Sub-therapeutic levels might encourage the development and transmission of drug-resistant virus. Poor penetration of PIs is probably due to the protein binding of protease inhibitors and the high protein content of semen, or to the low levels of polyglycoprotein (Pgp), a substance which pumps protease inhibitor molecules out of cells. Pgp is present at very low levels in cells of the brain and testes.

Other conditions such as urethritis (inflammation of the urethra) may be associated with detectable HIV RNA in semen. One study of seven HIV-positive men found that seven had asymptomatic urethritis, four of whom had detectable virus in their semen, despite anti-HIV treatment (Winter).

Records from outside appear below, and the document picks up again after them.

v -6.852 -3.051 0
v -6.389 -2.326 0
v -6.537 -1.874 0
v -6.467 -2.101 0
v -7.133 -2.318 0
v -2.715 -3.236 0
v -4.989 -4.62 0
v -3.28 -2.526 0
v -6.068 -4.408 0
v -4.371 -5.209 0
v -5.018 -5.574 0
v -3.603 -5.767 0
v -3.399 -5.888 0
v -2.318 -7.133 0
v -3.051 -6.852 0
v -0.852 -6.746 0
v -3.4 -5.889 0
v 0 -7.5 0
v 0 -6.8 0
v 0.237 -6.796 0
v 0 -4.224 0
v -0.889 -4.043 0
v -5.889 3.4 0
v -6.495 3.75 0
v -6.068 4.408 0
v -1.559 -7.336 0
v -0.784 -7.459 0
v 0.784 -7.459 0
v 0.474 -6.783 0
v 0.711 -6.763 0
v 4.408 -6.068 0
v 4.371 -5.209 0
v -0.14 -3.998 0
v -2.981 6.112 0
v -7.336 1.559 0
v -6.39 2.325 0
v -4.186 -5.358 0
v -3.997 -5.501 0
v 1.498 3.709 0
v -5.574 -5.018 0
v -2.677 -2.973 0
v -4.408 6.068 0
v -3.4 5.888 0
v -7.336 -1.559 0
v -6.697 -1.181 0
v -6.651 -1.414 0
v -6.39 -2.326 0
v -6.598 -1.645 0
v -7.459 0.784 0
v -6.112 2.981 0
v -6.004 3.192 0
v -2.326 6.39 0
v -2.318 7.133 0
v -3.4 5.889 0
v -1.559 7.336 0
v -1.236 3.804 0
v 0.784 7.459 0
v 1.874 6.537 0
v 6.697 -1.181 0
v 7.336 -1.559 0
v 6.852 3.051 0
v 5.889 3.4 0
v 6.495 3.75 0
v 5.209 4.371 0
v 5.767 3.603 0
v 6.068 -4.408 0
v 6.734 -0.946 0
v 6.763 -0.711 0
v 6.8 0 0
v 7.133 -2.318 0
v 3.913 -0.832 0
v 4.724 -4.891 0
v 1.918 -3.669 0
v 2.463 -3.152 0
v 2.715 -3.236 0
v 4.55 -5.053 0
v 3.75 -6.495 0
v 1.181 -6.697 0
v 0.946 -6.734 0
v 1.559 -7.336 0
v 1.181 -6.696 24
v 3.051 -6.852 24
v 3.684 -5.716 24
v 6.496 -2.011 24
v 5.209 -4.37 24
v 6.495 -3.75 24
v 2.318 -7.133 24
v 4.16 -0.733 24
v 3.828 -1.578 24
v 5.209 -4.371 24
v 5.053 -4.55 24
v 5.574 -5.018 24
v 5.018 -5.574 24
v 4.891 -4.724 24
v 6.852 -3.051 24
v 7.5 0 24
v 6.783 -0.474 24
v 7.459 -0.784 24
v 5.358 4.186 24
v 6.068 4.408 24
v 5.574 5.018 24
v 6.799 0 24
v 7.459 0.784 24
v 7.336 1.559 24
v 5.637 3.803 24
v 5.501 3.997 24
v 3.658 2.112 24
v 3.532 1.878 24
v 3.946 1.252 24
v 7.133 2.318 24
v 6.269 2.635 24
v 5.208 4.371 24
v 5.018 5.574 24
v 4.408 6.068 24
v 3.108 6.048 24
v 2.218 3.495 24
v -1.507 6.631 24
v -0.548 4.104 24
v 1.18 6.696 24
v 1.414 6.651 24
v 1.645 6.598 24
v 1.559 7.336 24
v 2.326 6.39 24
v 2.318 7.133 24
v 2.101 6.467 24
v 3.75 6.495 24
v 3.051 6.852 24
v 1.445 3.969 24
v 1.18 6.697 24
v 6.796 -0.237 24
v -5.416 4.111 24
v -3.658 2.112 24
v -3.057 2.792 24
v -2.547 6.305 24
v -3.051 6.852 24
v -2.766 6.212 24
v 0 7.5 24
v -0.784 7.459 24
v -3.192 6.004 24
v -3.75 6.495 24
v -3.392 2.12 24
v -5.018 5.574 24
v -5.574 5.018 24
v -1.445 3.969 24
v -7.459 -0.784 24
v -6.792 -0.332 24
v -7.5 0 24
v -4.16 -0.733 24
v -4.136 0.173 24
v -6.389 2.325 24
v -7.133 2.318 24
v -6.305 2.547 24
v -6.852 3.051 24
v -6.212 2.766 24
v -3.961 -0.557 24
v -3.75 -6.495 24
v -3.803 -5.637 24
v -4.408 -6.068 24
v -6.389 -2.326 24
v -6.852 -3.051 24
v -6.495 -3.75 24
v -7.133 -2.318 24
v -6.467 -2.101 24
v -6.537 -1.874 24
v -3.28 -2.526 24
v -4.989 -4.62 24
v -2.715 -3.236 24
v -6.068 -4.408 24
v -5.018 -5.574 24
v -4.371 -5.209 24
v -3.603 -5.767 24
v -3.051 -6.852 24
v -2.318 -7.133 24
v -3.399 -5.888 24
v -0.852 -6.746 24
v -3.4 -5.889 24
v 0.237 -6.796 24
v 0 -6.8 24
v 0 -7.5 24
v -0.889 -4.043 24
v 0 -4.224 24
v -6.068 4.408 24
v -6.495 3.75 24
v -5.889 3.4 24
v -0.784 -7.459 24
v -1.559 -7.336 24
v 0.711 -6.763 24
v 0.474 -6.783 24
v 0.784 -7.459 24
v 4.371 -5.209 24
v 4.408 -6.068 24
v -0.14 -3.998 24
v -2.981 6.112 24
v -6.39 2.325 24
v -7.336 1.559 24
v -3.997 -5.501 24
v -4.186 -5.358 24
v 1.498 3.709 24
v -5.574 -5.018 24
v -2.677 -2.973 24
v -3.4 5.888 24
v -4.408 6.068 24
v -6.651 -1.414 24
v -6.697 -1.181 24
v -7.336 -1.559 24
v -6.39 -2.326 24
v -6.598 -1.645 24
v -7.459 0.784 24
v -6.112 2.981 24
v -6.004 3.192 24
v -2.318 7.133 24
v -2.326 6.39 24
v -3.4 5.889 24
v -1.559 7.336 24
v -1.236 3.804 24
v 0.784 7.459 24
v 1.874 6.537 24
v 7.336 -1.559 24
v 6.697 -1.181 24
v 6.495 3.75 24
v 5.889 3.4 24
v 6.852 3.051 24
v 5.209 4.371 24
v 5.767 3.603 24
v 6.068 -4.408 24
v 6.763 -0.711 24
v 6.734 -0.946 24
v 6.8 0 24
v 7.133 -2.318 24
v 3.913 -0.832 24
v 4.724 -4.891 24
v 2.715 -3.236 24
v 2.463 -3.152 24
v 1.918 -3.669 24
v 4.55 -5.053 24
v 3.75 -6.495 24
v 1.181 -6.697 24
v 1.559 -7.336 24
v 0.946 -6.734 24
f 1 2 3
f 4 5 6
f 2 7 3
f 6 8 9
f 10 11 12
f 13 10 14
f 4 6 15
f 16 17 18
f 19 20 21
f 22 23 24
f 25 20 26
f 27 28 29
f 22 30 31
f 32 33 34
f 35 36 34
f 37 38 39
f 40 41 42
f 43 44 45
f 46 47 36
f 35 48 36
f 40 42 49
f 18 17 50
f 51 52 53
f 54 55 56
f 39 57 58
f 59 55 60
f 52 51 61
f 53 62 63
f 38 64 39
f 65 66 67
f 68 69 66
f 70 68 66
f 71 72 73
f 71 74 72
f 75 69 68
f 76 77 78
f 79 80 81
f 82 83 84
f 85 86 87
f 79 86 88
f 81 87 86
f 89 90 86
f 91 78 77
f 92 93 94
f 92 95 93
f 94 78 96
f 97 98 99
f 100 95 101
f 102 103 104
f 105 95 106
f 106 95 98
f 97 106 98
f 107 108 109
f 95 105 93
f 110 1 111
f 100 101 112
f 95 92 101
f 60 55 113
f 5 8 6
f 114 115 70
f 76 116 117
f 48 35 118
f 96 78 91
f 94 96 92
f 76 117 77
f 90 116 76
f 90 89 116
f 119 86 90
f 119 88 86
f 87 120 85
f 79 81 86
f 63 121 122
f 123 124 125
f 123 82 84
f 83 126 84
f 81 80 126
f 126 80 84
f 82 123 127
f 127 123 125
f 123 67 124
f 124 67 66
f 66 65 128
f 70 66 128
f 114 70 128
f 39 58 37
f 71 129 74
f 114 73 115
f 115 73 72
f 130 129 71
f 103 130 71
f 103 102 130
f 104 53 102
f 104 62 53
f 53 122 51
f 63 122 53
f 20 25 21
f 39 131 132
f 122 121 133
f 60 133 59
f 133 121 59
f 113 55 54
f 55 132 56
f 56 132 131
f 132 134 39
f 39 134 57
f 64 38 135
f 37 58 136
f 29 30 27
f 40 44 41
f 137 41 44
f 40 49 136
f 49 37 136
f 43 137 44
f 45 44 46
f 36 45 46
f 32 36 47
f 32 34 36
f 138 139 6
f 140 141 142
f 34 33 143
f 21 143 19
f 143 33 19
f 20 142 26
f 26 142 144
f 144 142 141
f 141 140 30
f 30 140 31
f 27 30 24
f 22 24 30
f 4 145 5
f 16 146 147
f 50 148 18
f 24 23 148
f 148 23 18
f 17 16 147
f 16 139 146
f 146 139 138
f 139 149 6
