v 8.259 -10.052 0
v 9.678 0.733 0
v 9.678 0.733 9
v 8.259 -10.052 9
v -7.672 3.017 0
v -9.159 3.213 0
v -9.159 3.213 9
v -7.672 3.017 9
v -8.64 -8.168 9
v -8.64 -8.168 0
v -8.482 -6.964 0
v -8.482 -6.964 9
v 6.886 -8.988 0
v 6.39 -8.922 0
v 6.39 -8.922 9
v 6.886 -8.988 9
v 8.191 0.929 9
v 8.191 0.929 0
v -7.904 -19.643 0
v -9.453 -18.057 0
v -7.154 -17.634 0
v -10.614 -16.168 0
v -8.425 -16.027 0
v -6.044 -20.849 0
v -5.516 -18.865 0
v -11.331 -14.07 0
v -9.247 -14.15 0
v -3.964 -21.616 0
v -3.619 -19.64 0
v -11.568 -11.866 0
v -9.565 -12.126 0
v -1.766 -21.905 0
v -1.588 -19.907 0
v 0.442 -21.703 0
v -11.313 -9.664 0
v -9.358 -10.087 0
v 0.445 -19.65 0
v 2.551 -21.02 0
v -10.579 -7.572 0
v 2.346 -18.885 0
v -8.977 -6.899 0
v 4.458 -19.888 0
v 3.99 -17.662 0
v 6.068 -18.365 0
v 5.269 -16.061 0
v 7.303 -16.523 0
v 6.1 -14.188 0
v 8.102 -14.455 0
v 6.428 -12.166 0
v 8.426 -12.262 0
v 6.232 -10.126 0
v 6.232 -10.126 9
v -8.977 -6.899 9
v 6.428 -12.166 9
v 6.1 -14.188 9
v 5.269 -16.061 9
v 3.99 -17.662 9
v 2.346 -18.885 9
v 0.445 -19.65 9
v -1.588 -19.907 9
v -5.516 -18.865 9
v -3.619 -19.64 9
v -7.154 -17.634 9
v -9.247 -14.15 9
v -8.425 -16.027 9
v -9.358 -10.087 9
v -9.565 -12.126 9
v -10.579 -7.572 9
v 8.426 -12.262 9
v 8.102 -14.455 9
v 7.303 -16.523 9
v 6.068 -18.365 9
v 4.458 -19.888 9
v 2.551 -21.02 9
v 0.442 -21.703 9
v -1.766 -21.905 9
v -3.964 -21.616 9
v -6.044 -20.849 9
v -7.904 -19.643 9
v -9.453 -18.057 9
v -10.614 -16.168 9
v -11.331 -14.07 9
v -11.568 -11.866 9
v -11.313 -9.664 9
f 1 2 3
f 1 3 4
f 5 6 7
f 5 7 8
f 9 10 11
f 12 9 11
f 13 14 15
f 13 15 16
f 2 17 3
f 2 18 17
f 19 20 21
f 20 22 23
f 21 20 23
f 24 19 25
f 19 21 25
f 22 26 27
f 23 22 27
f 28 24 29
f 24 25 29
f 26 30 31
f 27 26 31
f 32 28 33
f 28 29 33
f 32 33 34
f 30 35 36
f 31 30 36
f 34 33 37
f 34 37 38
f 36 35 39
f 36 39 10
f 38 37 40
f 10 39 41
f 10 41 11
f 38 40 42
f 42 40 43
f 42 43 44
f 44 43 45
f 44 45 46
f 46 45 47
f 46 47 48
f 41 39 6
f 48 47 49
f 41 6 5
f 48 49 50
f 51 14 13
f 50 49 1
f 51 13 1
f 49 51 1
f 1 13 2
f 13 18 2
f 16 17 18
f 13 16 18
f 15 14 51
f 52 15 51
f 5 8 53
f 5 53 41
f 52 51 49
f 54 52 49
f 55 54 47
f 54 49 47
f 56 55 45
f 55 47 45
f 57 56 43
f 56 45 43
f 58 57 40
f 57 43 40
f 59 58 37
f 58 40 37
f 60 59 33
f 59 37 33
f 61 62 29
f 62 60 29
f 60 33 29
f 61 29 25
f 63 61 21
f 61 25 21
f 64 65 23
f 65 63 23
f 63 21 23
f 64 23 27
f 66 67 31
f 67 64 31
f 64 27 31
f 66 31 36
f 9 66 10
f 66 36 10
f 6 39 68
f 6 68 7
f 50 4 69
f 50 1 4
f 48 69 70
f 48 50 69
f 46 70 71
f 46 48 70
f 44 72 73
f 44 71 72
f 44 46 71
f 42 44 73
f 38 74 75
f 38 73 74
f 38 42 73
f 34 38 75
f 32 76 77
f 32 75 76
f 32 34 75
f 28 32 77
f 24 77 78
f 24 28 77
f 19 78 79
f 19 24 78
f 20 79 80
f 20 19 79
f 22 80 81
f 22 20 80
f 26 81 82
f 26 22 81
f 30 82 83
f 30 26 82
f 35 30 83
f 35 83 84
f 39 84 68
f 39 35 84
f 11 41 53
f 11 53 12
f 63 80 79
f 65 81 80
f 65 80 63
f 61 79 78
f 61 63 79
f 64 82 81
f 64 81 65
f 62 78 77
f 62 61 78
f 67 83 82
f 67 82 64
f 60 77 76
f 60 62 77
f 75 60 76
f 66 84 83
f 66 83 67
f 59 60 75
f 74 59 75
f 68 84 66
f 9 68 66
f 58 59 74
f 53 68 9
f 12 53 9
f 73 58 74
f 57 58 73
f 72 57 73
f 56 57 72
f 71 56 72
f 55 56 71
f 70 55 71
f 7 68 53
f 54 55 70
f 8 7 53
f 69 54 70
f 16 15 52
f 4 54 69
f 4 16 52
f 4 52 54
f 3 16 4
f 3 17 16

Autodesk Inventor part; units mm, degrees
ref_plane "YZ Plane" through (0, 0, 0) normal (1, 0, 0) x (0, 1, 0)
ref_plane "XZ Plane" through (0, 0, 0) normal (0, 1, 0) x (-1, 0, 0)
sketch "Sketch1" plane through (0, 0, 0) normal (0, 0, 1) x (1, 0, 0)
  arc A0 (-8.6401, -8.1682) -> (6.2316, -10.1261) centre (-1.5676, -11.9073) ccw projected
  line L0 (7.4345, -0.9889) -> (6.2316, -10.1261) projected
  line L1 (-7.4371, 0.969) -> (7.4345, -0.9889) projected
  line L2 (-8.6401, -8.1682) -> (-7.4371, 0.969) projected
  line L3 (0.03, -17.852) -> (-0.1568, -19.2714) projected
  line L4 (-0.1568, -19.2714) -> (-0.6894, -19.2013) projected
  spline S0 degree 3 poles (-0.6894, -19.2013) (-0.7386, -19.1939) (-0.8276, -19.1805) (-0.9085, -19.1413) (-0.9446, -19.1238) knots 0 0 0 0 0.014823 0.02681 0.02681 0.02681 0.02681 projected
  spline S1 degree 3 poles (-0.9446, -19.1238) (-0.9734, -19.1035) (-1.0308, -19.0631) (-1.0644, -19.0015) (-1.0811, -18.9709) knots 0 0 0 0 0.010419 0.020741 0.020741 0.020741 0.020741 projected
  spline S2 degree 3 poles (-1.0811, -18.9709) (-1.0934, -18.9389) (-1.1175, -18.8762) (-1.1139, -18.8091) (-1.1121, -18.7762) knots 0 0 0 0 0.010155 0.019912 0.019912 0.019912 0.019912 projected
  spline S3 degree 3 poles (-1.1121, -18.7762) (-1.106, -18.7465) (-1.0937, -18.6864) (-1.0581, -18.6365) (-1.0402, -18.6114) knots 0 0 0 0 0.008998 0.018167 0.018167 0.018167 0.018167 projected
  spline S4 degree 3 poles (-1.0402, -18.6114) (-1.0175, -18.5881) (-0.9702, -18.5394) (-0.907, -18.5143) (-0.874, -18.5012) knots 0 0 0 0 0.009628 0.020138 0.020138 0.020138 0.020138 projected
  spline S5 degree 3 poles (-0.874, -18.5012) (-0.912, -18.4819) (-0.9849, -18.4448) (-1.0323, -18.3782) (-1.055, -18.3464) knots 0 0 0 0 0.012589 0.024139 0.024139 0.024139 0.024139 projected
  spline S6 degree 3 poles (-1.055, -18.3464) (-1.071, -18.3116) (-1.1036, -18.2405) (-1.0985, -18.1623) (-1.096, -18.1224) knots 0 0 0 0 0.011297 0.023097 0.023097 0.023097 0.023097 projected
  spline S7 degree 3 poles (-1.096, -18.1224) (-1.09, -18.0901) (-1.0782, -18.0263) (-1.0456, -17.9702) (-1.0294, -17.9425) knots 0 0 0 0 0.009763 0.019307 0.019307 0.019307 0.019307 projected
  spline S8 degree 3 poles (-1.0294, -17.9425) (-1.0117, -17.9179) (-0.9781, -17.8713) (-0.9305, -17.8392) (-0.9079, -17.824) knots 0 0 0 0 0.009007 0.017087 0.017087 0.017087 0.017087 projected
  spline S9 degree 3 poles (-0.9079, -17.824) (-0.8832, -17.8123) (-0.8309, -17.7874) (-0.7736, -17.7788) (-0.7433, -17.7743) knots 0 0 0 0 0.008157 0.017283 0.017283 0.017283 0.017283 projected
  spline S10 degree 3 poles (-0.7433, -17.7743) (-0.7078, -17.7719) (-0.6303, -17.7668) (-0.5531, -17.7758) (-0.5112, -17.7807) knots 0 0 0 0 0.010638 0.023262 0.023262 0.023262 0.023262 projected
  line L5 (-0.5112, -17.7807) -> (0.03, -17.852) projected
  line L6 (-3.4981, -17.3875) -> (-3.685, -18.8069) projected
  line L7 (-3.685, -18.8069) -> (-3.8728, -18.7821) projected
  line L8 (-3.8728, -18.7821) -> (-3.7802, -18.0783) projected
  line L9 (-3.7802, -18.0783) -> (-4.5777, -18.6893) projected
  line L10 (-4.5777, -18.6893) -> (-4.8323, -18.6558) projected
  line L11 (-4.8323, -18.6558) -> (-4.1612, -18.1591) projected
  line L12 (-4.1612, -18.1591) -> (-4.6716, -17.233) projected
  line L13 (-4.6716, -17.233) -> (-4.4237, -17.2656) projected
  line L14 (-4.4237, -17.2656) -> (-4.0129, -18.0506) projected
  line L15 (-4.0129, -18.0506) -> (-3.7507, -17.8546) projected
  line L16 (-3.7507, -17.8546) -> (-3.686, -17.3627) projected
  line L17 (-3.686, -17.3627) -> (-3.4981, -17.3875) projected
  circle A1 centre (-5.3501, -2.3316) radius 1.25 projected
  circle A2 centre (-0.3929, -2.9842) radius 1.25 projected
  circle A3 centre (4.5643, -3.6369) radius 1.25 projected
  line L18 (-1.8861, -17.5997) -> (-1.7118, -17.6227) projected
  line L19 (-1.7118, -17.6227) -> (-1.858, -18.7332) projected
  spline S11 degree 3 poles (-1.858, -18.7332) (-1.8315, -18.7156) (-1.7741, -18.6776) (-1.7111, -18.6498) (-1.6771, -18.6349) knots 0 0 0 0 0.009512 0.020621 0.020621 0.020621 0.020621 projected
  spline S12 degree 3 poles (-1.6771, -18.6349) (-1.6428, -18.6208) (-1.579, -18.5947) (-1.5125, -18.5771) (-1.4818, -18.569) knots 0 0 0 0 0.011121 0.020634 0.020634 0.020634 0.020634 projected
  line L20 (-1.4818, -18.569) -> (-1.5039, -18.7374) projected
  spline S13 degree 3 poles (-1.5039, -18.7374) (-1.5538, -18.755) (-1.6511, -18.7893) (-1.7387, -18.8438) (-1.7815, -18.8703) knots 0 0 0 0 0.015802 0.030852 0.030852 0.030852 0.030852 projected
  spline S14 degree 3 poles (-1.7815, -18.8703) (-1.8184, -18.8967) (-1.8862, -18.945) (-1.9379, -19.0101) (-1.9614, -19.0397) knots 0 0 0 0 0.013536 0.024817 0.024817 0.024817 0.024817 projected
  line L21 (-1.9614, -19.0397) -> (-2.0737, -19.0249) projected
  line L22 (-2.0737, -19.0249) -> (-1.8861, -17.5997) projected
  spline S15 degree 3 poles (-2.4246, -18.241) (-2.4356, -18.317) (-2.4555, -18.4539) (-2.5069, -18.5823) (-2.5297, -18.6393) knots 0 0 0 0 0.02295 0.041329 0.041329 0.041329 0.041329 projected
  spline S16 degree 3 poles (-2.5297, -18.6393) (-2.5543, -18.6843) (-2.6009, -18.7695) (-2.6782, -18.8281) (-2.7148, -18.8558) knots 0 0 0 0 0.015169 0.02877 0.02877 0.02877 0.02877 projected
  spline S17 degree 3 poles (-2.7148, -18.8558) (-2.7553, -18.8752) (-2.84, -18.9157) (-2.9339, -18.9088) (-2.9828, -18.9052) knots 0 0 0 0 0.013229 0.027677 0.027677 0.027677 0.027677 projected
  spline S18 degree 3 poles (-2.9828, -18.9052) (-3.0189, -18.8989) (-3.0882, -18.8866) (-3.1483, -18.8503) (-3.1772, -18.8328) knots 0 0 0 0 0.010877 0.0209 0.0209 0.0209 0.0209 projected
  spline S19 degree 3 poles (-3.1772, -18.8328) (-3.2025, -18.812) (-3.254, -18.7696) (-3.2859, -18.7111) (-3.3021, -18.6815) knots 0 0 0 0 0.009749 0.019786 0.019786 0.019786 0.019786 projected
  spline S20 degree 3 poles (-3.3021, -18.6815) (-3.3159, -18.6476) (-3.3452, -18.5759) (-3.3564, -18.4992) (-3.3624, -18.4588) knots 0 0 0 0 0.010931 0.023145 0.023145 0.023145 0.023145 projected
  spline S21 degree 3 poles (-3.3624, -18.4588) (-3.3653, -18.409) (-3.3719, -18.2955) (-3.358, -18.1825) (-3.3502, -18.1191) knots 0 0 0 0 0.014931 0.034052 0.034052 0.034052 0.034052 projected
  spline S22 degree 3 poles (-3.3502, -18.1191) (-3.3392, -18.0436) (-3.3193, -17.9073) (-3.2684, -17.7795) (-3.2458, -17.7226) knots 0 0 0 0 0.022803 0.041126 0.041126 0.041126 0.041126 projected
  spline S23 degree 3 poles (-3.2458, -17.7226) (-3.2213, -17.6776) (-3.1749, -17.5922) (-3.0976, -17.5334) (-3.0611, -17.5056) knots 0 0 0 0 0.015164 0.028785 0.028785 0.028785 0.028785 projected
  spline S24 degree 3 poles (-3.0611, -17.5056) (-3.0205, -17.4861) (-2.9355, -17.4453) (-2.8413, -17.4522) (-2.792, -17.4558) knots 0 0 0 0 0.013268 0.02779 0.02779 0.02779 0.02779 projected
  spline S25 degree 3 poles (-2.792, -17.4558) (-2.7285, -17.4698) (-2.6047, -17.4969) (-2.5269, -17.5968) (-2.489, -17.6454) knots 0 0 0 0 0.01885 0.036767 0.036767 0.036767 0.036767 projected
  spline S26 degree 3 poles (-2.489, -17.6454) (-2.4583, -17.7269) (-2.386, -17.9186) (-2.4105, -18.1233) (-2.4246, -18.241) knots 0 0 0 0 0.025776 0.060673 0.060673 0.060673 0.060673 projected
  arc A4 (-10.5788, -7.5715) -> (8.2587, -10.0515) centre (-1.5676, -11.9073) ccw
  line L23 (-10.5788, -7.5715) -> (-9.159, 3.213)
  line L24 (-9.159, 3.213) -> (9.6785, 0.733)
  line L25 (9.6785, 0.733) -> (8.2587, -10.0515)
  point P0 (0, 0)
  dimension "d0" = 2
ref_plane "Work Plane1" through (-4.5785, -14.9902, 9) normal (0, 0, -1) x (0, 1, 0)
extrude "Extrusion1" add sketch "Sketch1" along normal up to surface (9 mm away) contours L23 L24 L25 A4
sketch "Sketch2" plane through (9.6785, 0.733, 9) normal (0.1305, 0.9914, 0) x (0.9914, -0.1305, 0)
  line L0 (-17.5, 0) -> (-17.5, 9) projected
  line L1 (-1.5, 0) -> (-1.5, 9) projected
  line L2 (-17.5, 0) -> (-1.5, 0)
  line L3 (-1.5, 0) -> (-1.5, 9)
  line L4 (-1.5, 9) -> (-17.5, 9)
  line L5 (-17.5, 9) -> (-17.5, 0)
  point P0 (-9.5, 9)
  point P1 (-1.5, 0)
extrude "Extrusion2" cut sketch "Sketch2" against normal blind 10
properties part number "PotHolder"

A recent study found that in the majority of gay men the presence of chlamydia or NSU did not result in seminal viral load becoming detectable. However four men in the study had gonorrhoea and all had detectable viral loads, possibly because gonorrhoea is particularly inflammatory. It may also be worth noting that the study found that although the majority of men with no sexually transmitted infections and an undetectable plasma viral load also had an undetectable seminal viral load, this was not always the case (Sadiq).

Drug activity in the genital tract in women

Several large studies (52, 55 and 112 women tested) have found a strong association between the level of viral load in blood and the level of viral load in cervicovaginal fluid (Hart, Hoesley, Cuuvin). The initiation of antiretroviral therapy significantly reduced HIV RNA in vaginal fluid in one study.

However, there is some evidence that antiretroviral therapy may have discrepant effects on blood and on cervicovaginal fluid, especially when a genital infection is present. An American study of 11 women on antiretroviral therapy showed that viral load in vaginal fluid was significantly higher. The presence of genital tract infections such as thrush or inflammatory lesions of the vulva or cervix was predictive a discrepant response to anti-HIV treatment. The authors of the study have noted that their results should be treated with caution due to the small sample size and the fact that none of the women were receiving protease inhibitor treatment (Stephens).

Another small study has found that HIV in blood and in cervicovaginal fluid (CVF) is genetically distinct, suggesting that HIV in CVF is being produced by activation of local immune cells (Subbarao).